BEGIN Source records

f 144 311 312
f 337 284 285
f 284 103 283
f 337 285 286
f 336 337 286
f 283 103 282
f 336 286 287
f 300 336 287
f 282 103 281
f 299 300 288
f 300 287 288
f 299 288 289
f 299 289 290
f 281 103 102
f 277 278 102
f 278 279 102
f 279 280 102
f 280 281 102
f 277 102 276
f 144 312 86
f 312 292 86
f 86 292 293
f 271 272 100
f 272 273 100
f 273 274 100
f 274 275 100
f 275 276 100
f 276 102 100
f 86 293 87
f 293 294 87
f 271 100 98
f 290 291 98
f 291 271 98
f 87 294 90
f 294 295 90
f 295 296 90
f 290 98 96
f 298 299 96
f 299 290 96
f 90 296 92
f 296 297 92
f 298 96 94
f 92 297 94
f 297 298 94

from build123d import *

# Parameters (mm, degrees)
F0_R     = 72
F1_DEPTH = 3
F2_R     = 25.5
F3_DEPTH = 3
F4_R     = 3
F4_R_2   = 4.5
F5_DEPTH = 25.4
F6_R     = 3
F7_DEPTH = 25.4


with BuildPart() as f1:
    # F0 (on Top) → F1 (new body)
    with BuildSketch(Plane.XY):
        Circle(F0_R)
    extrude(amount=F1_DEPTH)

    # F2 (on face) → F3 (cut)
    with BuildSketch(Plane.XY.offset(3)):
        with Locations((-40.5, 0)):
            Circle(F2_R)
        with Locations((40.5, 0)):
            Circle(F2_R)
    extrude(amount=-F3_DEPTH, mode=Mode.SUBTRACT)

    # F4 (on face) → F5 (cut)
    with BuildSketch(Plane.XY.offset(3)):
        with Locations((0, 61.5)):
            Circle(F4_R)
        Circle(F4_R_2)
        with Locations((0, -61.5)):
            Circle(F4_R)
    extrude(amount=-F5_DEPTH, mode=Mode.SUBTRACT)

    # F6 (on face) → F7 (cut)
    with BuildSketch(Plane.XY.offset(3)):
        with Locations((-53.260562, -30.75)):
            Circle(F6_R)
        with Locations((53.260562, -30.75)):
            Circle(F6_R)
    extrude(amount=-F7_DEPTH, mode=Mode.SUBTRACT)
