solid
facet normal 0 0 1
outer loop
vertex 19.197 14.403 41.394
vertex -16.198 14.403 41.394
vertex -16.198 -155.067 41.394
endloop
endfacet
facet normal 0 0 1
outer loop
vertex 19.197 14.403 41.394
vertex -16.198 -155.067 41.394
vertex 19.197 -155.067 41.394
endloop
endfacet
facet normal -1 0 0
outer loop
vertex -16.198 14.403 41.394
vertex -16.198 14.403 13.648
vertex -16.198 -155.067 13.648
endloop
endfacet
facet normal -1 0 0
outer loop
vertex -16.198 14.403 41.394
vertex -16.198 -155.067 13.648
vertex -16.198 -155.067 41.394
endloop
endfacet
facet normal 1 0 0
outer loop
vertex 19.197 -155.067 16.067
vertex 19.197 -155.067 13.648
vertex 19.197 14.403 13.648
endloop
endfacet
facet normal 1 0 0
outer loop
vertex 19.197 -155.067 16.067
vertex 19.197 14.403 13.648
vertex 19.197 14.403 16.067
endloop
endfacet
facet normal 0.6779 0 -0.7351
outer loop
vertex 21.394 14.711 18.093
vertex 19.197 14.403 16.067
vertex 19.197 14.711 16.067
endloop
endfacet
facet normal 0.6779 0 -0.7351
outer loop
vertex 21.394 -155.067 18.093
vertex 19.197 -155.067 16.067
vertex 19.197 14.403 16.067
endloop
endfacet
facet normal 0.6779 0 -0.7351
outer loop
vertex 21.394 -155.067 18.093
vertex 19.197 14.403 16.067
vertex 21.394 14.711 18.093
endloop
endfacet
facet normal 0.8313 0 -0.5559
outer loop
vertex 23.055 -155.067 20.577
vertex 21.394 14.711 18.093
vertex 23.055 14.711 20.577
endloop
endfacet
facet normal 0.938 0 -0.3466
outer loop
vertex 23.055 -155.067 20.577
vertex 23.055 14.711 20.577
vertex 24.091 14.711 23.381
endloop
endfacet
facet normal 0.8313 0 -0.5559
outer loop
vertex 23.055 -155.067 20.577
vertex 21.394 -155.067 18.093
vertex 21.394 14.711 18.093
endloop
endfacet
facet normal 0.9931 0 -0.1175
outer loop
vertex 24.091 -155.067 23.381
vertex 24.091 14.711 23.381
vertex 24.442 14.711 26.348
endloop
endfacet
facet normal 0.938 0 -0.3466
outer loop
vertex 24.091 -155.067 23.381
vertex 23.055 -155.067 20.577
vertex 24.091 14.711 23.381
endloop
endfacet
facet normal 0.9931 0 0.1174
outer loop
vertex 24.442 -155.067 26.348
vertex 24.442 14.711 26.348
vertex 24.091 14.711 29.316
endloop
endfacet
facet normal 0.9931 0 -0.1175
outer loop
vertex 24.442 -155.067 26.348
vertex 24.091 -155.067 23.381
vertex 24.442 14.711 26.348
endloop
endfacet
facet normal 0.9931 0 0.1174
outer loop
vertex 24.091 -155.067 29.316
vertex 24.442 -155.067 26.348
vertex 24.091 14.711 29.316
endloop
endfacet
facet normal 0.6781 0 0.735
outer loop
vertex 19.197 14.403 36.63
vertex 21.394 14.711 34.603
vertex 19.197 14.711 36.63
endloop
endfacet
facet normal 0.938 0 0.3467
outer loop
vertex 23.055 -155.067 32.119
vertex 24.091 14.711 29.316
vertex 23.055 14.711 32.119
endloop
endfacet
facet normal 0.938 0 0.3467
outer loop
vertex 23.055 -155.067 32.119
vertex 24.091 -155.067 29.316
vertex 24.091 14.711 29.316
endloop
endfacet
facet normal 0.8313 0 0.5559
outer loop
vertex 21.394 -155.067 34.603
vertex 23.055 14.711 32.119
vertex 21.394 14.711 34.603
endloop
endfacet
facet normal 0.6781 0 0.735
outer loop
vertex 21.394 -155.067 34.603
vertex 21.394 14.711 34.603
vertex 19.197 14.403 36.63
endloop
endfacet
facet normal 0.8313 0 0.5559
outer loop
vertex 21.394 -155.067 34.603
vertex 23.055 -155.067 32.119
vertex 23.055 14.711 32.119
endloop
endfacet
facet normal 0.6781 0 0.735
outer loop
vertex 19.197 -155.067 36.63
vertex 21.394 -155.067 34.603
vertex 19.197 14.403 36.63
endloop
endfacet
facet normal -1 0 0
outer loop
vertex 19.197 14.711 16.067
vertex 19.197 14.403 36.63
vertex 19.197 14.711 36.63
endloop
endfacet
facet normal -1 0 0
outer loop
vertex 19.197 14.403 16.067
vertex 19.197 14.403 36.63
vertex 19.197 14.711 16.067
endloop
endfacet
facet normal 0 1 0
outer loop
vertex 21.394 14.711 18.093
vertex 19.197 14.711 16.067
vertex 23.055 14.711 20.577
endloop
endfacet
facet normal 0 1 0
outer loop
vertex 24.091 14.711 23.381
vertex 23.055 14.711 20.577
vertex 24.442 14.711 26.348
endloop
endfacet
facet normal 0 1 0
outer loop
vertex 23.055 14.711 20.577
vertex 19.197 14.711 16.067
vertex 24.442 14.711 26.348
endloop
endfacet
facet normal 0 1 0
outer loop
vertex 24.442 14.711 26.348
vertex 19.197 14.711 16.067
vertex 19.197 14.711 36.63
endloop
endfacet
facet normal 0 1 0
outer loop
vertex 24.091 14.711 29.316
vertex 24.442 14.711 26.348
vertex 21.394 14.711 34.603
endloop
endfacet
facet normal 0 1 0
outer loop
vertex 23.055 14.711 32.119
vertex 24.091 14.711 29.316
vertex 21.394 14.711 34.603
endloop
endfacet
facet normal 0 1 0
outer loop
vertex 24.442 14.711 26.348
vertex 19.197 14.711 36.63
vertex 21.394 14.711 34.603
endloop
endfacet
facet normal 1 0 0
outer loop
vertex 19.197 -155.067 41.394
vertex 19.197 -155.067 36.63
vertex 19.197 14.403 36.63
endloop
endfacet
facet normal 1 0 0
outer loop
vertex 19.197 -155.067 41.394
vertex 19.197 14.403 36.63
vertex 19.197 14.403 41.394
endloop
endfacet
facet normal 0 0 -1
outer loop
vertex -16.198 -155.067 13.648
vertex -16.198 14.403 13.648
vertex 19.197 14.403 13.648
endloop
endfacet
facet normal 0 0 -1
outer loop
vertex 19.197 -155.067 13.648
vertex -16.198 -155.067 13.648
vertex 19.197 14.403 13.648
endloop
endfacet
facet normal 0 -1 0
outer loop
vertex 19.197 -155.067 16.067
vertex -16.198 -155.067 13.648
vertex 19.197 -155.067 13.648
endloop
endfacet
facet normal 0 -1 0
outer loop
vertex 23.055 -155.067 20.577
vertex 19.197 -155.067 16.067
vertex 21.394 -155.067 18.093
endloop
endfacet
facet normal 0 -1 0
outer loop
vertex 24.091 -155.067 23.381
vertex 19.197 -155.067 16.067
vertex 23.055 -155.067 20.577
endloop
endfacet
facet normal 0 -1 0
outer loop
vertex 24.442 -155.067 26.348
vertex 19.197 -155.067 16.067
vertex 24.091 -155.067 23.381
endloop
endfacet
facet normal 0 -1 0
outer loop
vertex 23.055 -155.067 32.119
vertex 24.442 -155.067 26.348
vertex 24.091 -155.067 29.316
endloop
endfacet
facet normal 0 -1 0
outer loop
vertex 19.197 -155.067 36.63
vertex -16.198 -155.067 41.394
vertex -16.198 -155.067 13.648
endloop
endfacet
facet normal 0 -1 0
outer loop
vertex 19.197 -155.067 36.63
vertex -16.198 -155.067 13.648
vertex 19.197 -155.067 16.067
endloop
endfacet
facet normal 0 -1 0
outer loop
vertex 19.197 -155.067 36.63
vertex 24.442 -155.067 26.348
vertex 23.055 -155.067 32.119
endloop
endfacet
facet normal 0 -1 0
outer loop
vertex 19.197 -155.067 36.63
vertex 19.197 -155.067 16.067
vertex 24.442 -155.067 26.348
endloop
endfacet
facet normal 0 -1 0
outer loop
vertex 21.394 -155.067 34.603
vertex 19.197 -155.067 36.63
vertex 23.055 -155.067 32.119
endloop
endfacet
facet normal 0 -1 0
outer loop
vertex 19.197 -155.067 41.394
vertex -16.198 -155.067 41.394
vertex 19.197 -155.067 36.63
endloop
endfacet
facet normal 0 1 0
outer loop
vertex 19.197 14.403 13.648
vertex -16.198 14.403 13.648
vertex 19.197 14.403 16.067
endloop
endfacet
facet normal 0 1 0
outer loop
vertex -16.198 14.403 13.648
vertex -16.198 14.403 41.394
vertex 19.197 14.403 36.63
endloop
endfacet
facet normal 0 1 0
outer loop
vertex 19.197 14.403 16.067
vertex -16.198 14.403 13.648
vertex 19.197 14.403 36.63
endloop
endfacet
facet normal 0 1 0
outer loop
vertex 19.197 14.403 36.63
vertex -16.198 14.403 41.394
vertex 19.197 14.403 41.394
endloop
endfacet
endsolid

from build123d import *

# Parameters (mm, degrees)
F0_W     = 35.3952348232
F0_H     = 27.7462676167
F1_DEPTH = 155.0669968128
F3_DEPTH = 155.3752869368
F4_DEPTH = 14.4026782364


with BuildPart() as f1:
    # F0 (on Front) → F1 (new body)
    with BuildSketch(Plane.XZ):
        with Locations((1.4998167753, 27.5213085115)):
            Rectangle(F0_W, F0_H)
    extrude(amount=F1_DEPTH)

    # F2 (on face) → F3 (join)
    with BuildSketch(Plane.XZ.offset(155.0669968128)):
        with BuildLine():
            ThreePointArc((19.1974341869, 16.066663446), (23.0552776861, 20.5771904827), (24.4421993637, 26.3481747031))
            ThreePointArc((24.4421993637, 26.3481747031), (23.0552776861, 32.1191589236), (19.1974341869, 36.6296859603))
            Line((19.1974341869, 36.6296859603), (19.1974341869, 16.066663446))
        make_face()
    extrude(amount=-F3_DEPTH)

    # F4 (add): faces of the model
    f4_faces = [f1.faces().sort_by_distance(p)[0] for p in [
        (1.4998167753, 0, 27.5213085115),
        (21.3375597344, 0.3082901239, 26.3481747031),
    ]]
    extrude(f4_faces, amount=F4_DEPTH)


solid = f1.part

END Source records

Problem description: Return each line from the entries above that includes "SUBTRACT".

Answer:
    extrude(amount=-F3_DEPTH, mode=Mode.SUBTRACT)
    extrude(amount=-F5_DEPTH, mode=Mode.SUBTRACT)
    extrude(amount=-F7_DEPTH, mode=Mode.SUBTRACT)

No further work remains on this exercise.